## Exercise material
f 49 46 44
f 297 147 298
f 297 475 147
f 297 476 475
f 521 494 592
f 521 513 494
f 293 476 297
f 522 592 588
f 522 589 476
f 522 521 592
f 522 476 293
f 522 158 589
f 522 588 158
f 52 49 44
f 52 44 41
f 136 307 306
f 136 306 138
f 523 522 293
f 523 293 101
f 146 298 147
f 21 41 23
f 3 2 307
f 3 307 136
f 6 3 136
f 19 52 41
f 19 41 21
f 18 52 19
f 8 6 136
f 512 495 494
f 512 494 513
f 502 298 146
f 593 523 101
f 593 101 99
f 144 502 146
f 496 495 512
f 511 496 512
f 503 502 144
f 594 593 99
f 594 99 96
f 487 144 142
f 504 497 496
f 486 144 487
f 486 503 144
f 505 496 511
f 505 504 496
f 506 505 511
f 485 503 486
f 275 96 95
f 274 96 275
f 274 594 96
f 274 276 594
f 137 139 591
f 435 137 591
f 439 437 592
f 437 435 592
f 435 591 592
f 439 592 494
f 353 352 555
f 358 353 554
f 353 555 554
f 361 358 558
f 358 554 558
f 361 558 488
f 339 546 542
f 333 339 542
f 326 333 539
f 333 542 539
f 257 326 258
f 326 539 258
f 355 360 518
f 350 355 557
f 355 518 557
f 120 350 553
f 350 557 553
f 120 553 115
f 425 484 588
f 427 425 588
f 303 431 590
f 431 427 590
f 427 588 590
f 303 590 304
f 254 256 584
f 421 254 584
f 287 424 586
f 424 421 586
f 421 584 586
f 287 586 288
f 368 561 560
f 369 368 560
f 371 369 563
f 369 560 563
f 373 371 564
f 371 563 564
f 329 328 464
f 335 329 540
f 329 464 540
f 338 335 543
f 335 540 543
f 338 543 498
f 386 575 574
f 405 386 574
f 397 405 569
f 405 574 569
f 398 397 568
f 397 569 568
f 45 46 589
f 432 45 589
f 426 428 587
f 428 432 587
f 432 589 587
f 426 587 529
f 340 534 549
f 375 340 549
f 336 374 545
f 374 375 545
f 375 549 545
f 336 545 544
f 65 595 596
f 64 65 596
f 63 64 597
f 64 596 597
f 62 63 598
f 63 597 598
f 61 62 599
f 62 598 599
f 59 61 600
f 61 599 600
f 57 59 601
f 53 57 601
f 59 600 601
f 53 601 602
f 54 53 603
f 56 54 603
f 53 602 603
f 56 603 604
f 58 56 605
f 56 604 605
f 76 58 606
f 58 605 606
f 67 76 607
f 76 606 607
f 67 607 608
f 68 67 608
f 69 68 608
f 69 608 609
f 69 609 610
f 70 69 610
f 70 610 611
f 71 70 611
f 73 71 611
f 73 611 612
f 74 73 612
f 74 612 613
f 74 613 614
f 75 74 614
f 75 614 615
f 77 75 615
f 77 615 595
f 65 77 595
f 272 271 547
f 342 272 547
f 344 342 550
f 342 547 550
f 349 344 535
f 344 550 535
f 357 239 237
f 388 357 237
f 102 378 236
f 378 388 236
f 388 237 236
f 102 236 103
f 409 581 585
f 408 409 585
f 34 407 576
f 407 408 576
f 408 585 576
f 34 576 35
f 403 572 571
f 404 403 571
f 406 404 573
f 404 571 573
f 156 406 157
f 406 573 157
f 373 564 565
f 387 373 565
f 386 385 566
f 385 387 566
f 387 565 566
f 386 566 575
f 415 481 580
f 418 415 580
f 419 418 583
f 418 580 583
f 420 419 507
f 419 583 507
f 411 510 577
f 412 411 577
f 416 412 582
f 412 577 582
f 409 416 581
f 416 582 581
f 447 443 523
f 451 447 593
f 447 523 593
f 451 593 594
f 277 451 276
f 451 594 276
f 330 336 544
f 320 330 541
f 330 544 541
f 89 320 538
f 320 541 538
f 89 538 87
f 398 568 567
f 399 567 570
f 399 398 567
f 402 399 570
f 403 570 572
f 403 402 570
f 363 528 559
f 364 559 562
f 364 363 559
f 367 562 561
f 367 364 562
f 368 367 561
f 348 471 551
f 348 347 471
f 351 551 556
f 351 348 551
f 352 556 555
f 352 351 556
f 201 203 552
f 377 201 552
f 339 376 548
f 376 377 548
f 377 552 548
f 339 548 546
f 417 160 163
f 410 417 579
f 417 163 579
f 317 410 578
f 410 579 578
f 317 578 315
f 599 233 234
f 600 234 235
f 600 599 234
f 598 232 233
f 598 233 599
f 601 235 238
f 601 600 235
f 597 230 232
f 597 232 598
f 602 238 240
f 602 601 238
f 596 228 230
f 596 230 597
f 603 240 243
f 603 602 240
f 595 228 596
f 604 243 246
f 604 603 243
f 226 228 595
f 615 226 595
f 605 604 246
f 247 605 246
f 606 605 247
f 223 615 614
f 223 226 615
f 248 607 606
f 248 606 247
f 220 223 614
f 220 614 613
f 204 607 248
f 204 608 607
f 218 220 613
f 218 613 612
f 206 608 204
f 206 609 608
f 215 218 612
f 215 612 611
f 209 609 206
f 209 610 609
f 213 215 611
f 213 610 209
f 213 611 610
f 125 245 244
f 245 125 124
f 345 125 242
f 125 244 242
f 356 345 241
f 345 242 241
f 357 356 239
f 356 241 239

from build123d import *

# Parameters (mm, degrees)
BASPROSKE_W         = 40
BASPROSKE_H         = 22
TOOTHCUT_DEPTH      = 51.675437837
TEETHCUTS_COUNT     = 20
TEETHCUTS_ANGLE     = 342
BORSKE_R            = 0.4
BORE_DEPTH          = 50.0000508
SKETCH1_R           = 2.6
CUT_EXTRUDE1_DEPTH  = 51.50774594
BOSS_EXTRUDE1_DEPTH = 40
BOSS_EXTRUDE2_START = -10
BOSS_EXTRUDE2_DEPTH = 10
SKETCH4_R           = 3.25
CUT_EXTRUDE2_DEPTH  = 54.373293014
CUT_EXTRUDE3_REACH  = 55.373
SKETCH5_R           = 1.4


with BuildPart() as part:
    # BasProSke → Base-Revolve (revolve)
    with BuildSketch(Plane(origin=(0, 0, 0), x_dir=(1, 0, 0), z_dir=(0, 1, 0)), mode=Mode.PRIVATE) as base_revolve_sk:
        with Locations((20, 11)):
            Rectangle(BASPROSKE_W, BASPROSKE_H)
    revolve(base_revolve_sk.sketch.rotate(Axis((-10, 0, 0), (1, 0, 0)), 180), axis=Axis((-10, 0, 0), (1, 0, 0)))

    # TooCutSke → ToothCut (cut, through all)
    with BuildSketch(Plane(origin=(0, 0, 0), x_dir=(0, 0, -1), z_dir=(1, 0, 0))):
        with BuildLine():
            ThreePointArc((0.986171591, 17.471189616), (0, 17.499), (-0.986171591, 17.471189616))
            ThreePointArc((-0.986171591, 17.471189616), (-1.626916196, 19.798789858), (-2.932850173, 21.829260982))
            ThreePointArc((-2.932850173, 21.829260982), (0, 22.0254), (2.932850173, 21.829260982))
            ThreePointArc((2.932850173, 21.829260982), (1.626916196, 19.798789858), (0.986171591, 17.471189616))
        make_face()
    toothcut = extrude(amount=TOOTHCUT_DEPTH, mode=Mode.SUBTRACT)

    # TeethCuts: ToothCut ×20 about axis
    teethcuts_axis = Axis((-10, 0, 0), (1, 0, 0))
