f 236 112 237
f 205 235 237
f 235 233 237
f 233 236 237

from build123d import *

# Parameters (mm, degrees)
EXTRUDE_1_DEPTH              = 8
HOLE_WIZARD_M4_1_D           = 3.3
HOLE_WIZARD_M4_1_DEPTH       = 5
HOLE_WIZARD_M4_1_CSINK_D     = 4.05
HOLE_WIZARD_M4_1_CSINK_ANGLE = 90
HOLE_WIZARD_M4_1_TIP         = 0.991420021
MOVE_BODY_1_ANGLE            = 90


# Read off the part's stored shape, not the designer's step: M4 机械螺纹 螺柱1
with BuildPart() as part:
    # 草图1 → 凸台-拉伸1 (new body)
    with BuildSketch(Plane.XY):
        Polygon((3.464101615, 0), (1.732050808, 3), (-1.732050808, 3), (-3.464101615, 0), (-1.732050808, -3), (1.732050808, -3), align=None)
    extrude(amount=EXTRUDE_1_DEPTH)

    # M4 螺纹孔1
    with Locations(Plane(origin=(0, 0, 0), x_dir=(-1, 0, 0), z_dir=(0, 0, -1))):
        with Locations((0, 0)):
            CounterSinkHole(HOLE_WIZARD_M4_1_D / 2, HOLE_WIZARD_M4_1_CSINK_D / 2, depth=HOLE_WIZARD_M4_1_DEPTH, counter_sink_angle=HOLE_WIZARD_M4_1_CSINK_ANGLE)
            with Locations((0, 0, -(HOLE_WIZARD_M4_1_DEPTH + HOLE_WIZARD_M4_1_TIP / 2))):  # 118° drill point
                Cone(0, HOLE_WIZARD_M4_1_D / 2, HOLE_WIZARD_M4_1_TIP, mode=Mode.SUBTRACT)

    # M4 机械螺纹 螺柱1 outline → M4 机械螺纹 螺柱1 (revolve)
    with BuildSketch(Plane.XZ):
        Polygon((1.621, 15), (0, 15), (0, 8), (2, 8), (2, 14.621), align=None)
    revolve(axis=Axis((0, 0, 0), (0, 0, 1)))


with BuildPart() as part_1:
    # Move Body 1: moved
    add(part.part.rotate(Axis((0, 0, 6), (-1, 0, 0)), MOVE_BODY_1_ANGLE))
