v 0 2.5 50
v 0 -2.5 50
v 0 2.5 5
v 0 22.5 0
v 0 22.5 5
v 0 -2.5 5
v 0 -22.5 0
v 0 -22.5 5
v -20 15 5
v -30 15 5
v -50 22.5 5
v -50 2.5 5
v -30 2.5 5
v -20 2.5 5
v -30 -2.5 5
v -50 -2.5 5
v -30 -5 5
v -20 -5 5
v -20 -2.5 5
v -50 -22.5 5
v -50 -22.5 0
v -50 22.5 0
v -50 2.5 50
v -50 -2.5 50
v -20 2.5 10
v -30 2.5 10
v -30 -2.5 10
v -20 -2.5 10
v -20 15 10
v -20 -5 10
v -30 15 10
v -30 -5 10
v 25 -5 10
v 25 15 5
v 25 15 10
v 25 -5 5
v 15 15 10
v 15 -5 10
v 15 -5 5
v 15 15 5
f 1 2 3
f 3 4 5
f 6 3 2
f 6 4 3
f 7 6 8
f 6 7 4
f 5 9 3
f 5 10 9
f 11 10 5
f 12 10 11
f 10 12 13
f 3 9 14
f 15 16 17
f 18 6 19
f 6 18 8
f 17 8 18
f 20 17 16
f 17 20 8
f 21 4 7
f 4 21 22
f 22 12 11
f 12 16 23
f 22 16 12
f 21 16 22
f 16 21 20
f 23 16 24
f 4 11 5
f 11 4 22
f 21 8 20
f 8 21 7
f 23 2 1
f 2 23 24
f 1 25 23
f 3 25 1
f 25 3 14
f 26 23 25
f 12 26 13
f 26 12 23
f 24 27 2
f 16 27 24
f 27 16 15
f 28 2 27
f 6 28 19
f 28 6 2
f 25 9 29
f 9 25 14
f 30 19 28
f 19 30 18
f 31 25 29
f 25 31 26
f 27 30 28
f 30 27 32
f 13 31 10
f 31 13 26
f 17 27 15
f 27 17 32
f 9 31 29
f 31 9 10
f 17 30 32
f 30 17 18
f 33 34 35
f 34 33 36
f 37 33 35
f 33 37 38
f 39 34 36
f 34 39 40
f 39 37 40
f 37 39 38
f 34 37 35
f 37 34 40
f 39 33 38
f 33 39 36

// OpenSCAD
// Built by bench/smallmodels/features/compiler.py from a list of features.
$fn = 64;
difference() {
  union() {
    translate([-25, 0, 0]) translate([-25, -22.5, 0]) cube([50, 45, 5]);
    translate([-25, 0, 0]) translate([-25, -2.5, 0]) cube([50, 5, 50]);
  }
  union() {
    translate([-17, 30, 3.75]) rotate([0, 0, 0]) rotate([0, 90, 0]) cylinder(d = 4.5, h = 1200, center = true);
    translate([17, 30, 3.75]) rotate([0, 0, 0]) rotate([0, 90, 0]) cylinder(d = 4.5, h = 1200, center = true);
  }
}
difference() {
  union() {
    translate([-25, 0, 0]) translate([-25, -2.5, 0]) cube([50, 5, 50]);
  }
  union() {
    translate([0, 2.5, 44.99]) rotate([0, 0, 0]) cylinder(d = 23, h = 5.02);
  }
}
union() {
    translate([-25, 5, 5]) translate([-5, -10, 0]) cube([10, 20, 5]);
  }
union() {
    translate([20, 5, 5]) translate([-5, -10, 0]) cube([10, 20, 5]);
  }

## The task
Across the entries above, tally the lines that contain the string "Plane" and give that figure alone.

## Expected output
5